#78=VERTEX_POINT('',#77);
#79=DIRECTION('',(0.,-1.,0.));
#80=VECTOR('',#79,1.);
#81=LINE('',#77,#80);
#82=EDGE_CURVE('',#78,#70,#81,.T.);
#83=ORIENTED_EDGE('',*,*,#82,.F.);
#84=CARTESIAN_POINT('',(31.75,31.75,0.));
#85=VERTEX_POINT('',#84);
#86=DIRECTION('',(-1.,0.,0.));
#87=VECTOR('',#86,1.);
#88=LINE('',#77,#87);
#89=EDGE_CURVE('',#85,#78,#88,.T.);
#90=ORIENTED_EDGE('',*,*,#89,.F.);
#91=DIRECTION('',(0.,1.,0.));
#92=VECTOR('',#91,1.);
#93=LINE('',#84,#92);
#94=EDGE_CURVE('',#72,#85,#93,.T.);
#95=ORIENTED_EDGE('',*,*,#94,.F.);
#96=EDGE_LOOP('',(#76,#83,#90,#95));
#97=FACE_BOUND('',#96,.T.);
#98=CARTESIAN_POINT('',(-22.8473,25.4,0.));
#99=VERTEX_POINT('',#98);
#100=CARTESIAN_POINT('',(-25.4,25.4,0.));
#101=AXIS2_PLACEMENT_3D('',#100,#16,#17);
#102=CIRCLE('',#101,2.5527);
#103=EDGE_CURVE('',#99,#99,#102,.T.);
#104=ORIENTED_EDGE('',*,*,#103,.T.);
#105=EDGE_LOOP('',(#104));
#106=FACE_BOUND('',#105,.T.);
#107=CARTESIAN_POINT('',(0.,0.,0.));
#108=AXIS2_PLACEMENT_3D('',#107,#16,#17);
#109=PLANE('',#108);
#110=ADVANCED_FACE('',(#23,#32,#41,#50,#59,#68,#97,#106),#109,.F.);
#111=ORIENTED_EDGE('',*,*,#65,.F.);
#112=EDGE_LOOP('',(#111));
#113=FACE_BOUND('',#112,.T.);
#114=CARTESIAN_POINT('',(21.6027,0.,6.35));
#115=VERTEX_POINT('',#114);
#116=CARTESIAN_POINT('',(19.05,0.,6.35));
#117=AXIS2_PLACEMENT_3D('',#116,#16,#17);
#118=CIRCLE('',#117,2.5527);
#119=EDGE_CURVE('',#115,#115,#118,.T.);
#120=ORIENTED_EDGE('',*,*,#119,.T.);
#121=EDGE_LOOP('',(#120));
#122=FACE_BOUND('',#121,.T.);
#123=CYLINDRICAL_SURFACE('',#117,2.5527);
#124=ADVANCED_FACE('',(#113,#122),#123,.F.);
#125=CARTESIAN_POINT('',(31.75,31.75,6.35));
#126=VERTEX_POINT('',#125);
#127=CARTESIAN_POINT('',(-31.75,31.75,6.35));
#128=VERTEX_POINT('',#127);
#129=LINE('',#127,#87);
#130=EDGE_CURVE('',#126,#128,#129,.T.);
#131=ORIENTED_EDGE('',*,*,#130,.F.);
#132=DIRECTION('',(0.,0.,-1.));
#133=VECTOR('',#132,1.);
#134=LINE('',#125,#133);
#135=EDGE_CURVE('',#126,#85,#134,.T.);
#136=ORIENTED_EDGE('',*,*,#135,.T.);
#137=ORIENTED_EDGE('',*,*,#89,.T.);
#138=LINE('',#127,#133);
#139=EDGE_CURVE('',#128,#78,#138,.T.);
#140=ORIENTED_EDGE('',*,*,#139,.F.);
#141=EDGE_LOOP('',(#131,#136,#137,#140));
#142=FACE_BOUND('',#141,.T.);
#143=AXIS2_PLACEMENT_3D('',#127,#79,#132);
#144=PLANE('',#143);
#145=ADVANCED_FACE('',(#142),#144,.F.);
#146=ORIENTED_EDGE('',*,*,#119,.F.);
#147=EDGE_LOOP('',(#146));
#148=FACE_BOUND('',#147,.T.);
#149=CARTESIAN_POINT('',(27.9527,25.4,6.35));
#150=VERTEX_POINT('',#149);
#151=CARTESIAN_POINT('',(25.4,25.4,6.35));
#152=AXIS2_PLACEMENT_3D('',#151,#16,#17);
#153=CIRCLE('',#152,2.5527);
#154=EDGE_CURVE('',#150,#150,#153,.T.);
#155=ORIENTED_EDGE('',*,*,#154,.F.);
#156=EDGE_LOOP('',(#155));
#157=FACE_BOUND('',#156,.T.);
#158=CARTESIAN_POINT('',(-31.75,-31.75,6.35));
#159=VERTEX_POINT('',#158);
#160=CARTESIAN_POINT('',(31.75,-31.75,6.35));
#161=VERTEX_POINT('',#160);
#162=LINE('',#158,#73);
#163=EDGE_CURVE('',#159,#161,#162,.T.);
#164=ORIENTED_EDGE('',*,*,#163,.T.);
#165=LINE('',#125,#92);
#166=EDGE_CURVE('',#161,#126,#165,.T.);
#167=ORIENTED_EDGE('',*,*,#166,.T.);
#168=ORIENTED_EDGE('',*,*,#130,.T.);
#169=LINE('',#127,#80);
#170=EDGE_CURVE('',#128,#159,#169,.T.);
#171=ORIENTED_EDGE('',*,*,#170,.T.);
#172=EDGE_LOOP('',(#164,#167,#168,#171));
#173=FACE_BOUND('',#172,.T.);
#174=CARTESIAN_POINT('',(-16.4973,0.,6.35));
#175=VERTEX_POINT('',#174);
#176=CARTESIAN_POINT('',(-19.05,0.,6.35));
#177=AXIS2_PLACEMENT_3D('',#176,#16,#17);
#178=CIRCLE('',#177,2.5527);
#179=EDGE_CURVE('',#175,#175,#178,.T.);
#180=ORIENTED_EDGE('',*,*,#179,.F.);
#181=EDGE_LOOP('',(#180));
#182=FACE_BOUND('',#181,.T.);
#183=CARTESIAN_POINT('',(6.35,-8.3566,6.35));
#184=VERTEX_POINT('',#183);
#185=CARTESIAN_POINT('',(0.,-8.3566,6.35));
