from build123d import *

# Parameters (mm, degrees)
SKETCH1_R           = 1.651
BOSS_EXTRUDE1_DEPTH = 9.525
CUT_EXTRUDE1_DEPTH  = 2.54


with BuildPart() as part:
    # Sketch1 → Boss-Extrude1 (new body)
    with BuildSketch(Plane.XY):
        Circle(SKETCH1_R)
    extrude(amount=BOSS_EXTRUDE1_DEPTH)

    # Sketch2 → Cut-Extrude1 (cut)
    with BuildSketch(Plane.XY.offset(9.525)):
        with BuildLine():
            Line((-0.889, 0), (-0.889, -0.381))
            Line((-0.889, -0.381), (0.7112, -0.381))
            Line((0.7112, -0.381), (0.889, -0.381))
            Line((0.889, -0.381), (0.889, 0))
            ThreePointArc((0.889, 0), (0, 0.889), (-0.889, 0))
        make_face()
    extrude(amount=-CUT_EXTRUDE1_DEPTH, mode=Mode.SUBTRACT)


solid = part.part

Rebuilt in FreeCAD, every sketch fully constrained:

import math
import FreeCAD as App
import Part
import Sketcher
Q = App.Units.Quantity

doc = App.newDocument("Part")
body = doc.addObject("PartDesign::Body", "Body")

sketch1 = body.newObject("Sketcher::SketchObject", "Sketch")
sketch1.AttachmentSupport = (doc.getObject("XY_Plane"), [""])
sketch1.MapMode = "FlatFace"
sketch1.addGeometry(Part.Circle(App.Vector(0, 0, 0), App.Vector(0, 0, 1), 1.7), False)
sketch1.addConstraint([
    Sketcher.Constraint("Coincident", 0, 3, -1, 1),
    Sketcher.Constraint("Diameter", 0, Q("0.13 in")),
])
pad1 = body.newObject("PartDesign::Pad", "Pad")
pad1.Profile = sketch1
pad1.Length = Q("0.375 in")

sketch2 = body.newObject("Sketcher::SketchObject", "Sketch001")
sketch2.AttachmentSupport = (doc.getObject("XY_Plane"), [""])
sketch2.MapMode = "FlatFace"
sketch2.AttachmentOffset = App.Placement(App.Vector(0, 0, 0.375 * 25.4), App.Rotation())
sketch2.addGeometry([
    Part.LineSegment(App.Vector(-0.89, 0, 0), App.Vector(-0.89, -0.38, 0)),
    Part.LineSegment(App.Vector(-0.89, -0.38, 0), App.Vector(0.89, -0.38, 0)),
    Part.LineSegment(App.Vector(0.89, -0.38, 0), App.Vector(0.89, 0, 0)),
    Part.ArcOfCircle(Part.Circle(App.Vector(0, 0, 0), App.Vector(0, 0, 1), 0.89), math.radians(0), math.radians(180)),
], False)
sketch2.addConstraint([
    Sketcher.Constraint("Coincident", 0, 2, 1, 1),
    Sketcher.Constraint("Coincident", 1, 2, 2, 1),
    Sketcher.Constraint("Tangent", 2, 2, 3, 1),
    Sketcher.Constraint("Tangent", 3, 2, 0, 1),
    Sketcher.Constraint("Vertical", 0),
    Sketcher.Constraint("Horizontal", 1),
    Sketcher.Constraint("Vertical", 2),
    Sketcher.Constraint("Coincident", 3, 3, -1, 1),
    Sketcher.Constraint("Radius", 3, Q("0.035 in")),
    Sketcher.Constraint("DistanceY", 0, 2, 0, 1, Q("0.015 in")),
])
pocket1 = body.newObject("PartDesign::Pocket", "Pocket")
pocket1.Profile = sketch2
pocket1.Length = Q("0.1 in")

doc.recompute()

================================

### EXERCISE AIM
Could you return exactly the lines above from the line with "BOSS_EXTRUDE1_DEPTH = 9.525" to the line with "extrude(amount=-CUT_EXTRUDE1_DEPTH, mode=Mode.SUBTRACT)", both included, and nothing else?

### EXERCISE RESULT
BOSS_EXTRUDE1_DEPTH = 9.525
CUT_EXTRUDE1_DEPTH  = 2.54


with BuildPart() as part:
    # Sketch1 → Boss-Extrude1 (new body)
    with BuildSketch(Plane.XY):
        Circle(SKETCH1_R)
    extrude(amount=BOSS_EXTRUDE1_DEPTH)

    # Sketch2 → Cut-Extrude1 (cut)
    with BuildSketch(Plane.XY.offset(9.525)):
        with BuildLine():
            Line((-0.889, 0), (-0.889, -0.381))
            Line((-0.889, -0.381), (0.7112, -0.381))
            Line((0.7112, -0.381), (0.889, -0.381))
            Line((0.889, -0.381), (0.889, 0))
            ThreePointArc((0.889, 0), (0, 0.889), (-0.889, 0))
        make_face()
    extrude(amount=-CUT_EXTRUDE1_DEPTH, mode=Mode.SUBTRACT)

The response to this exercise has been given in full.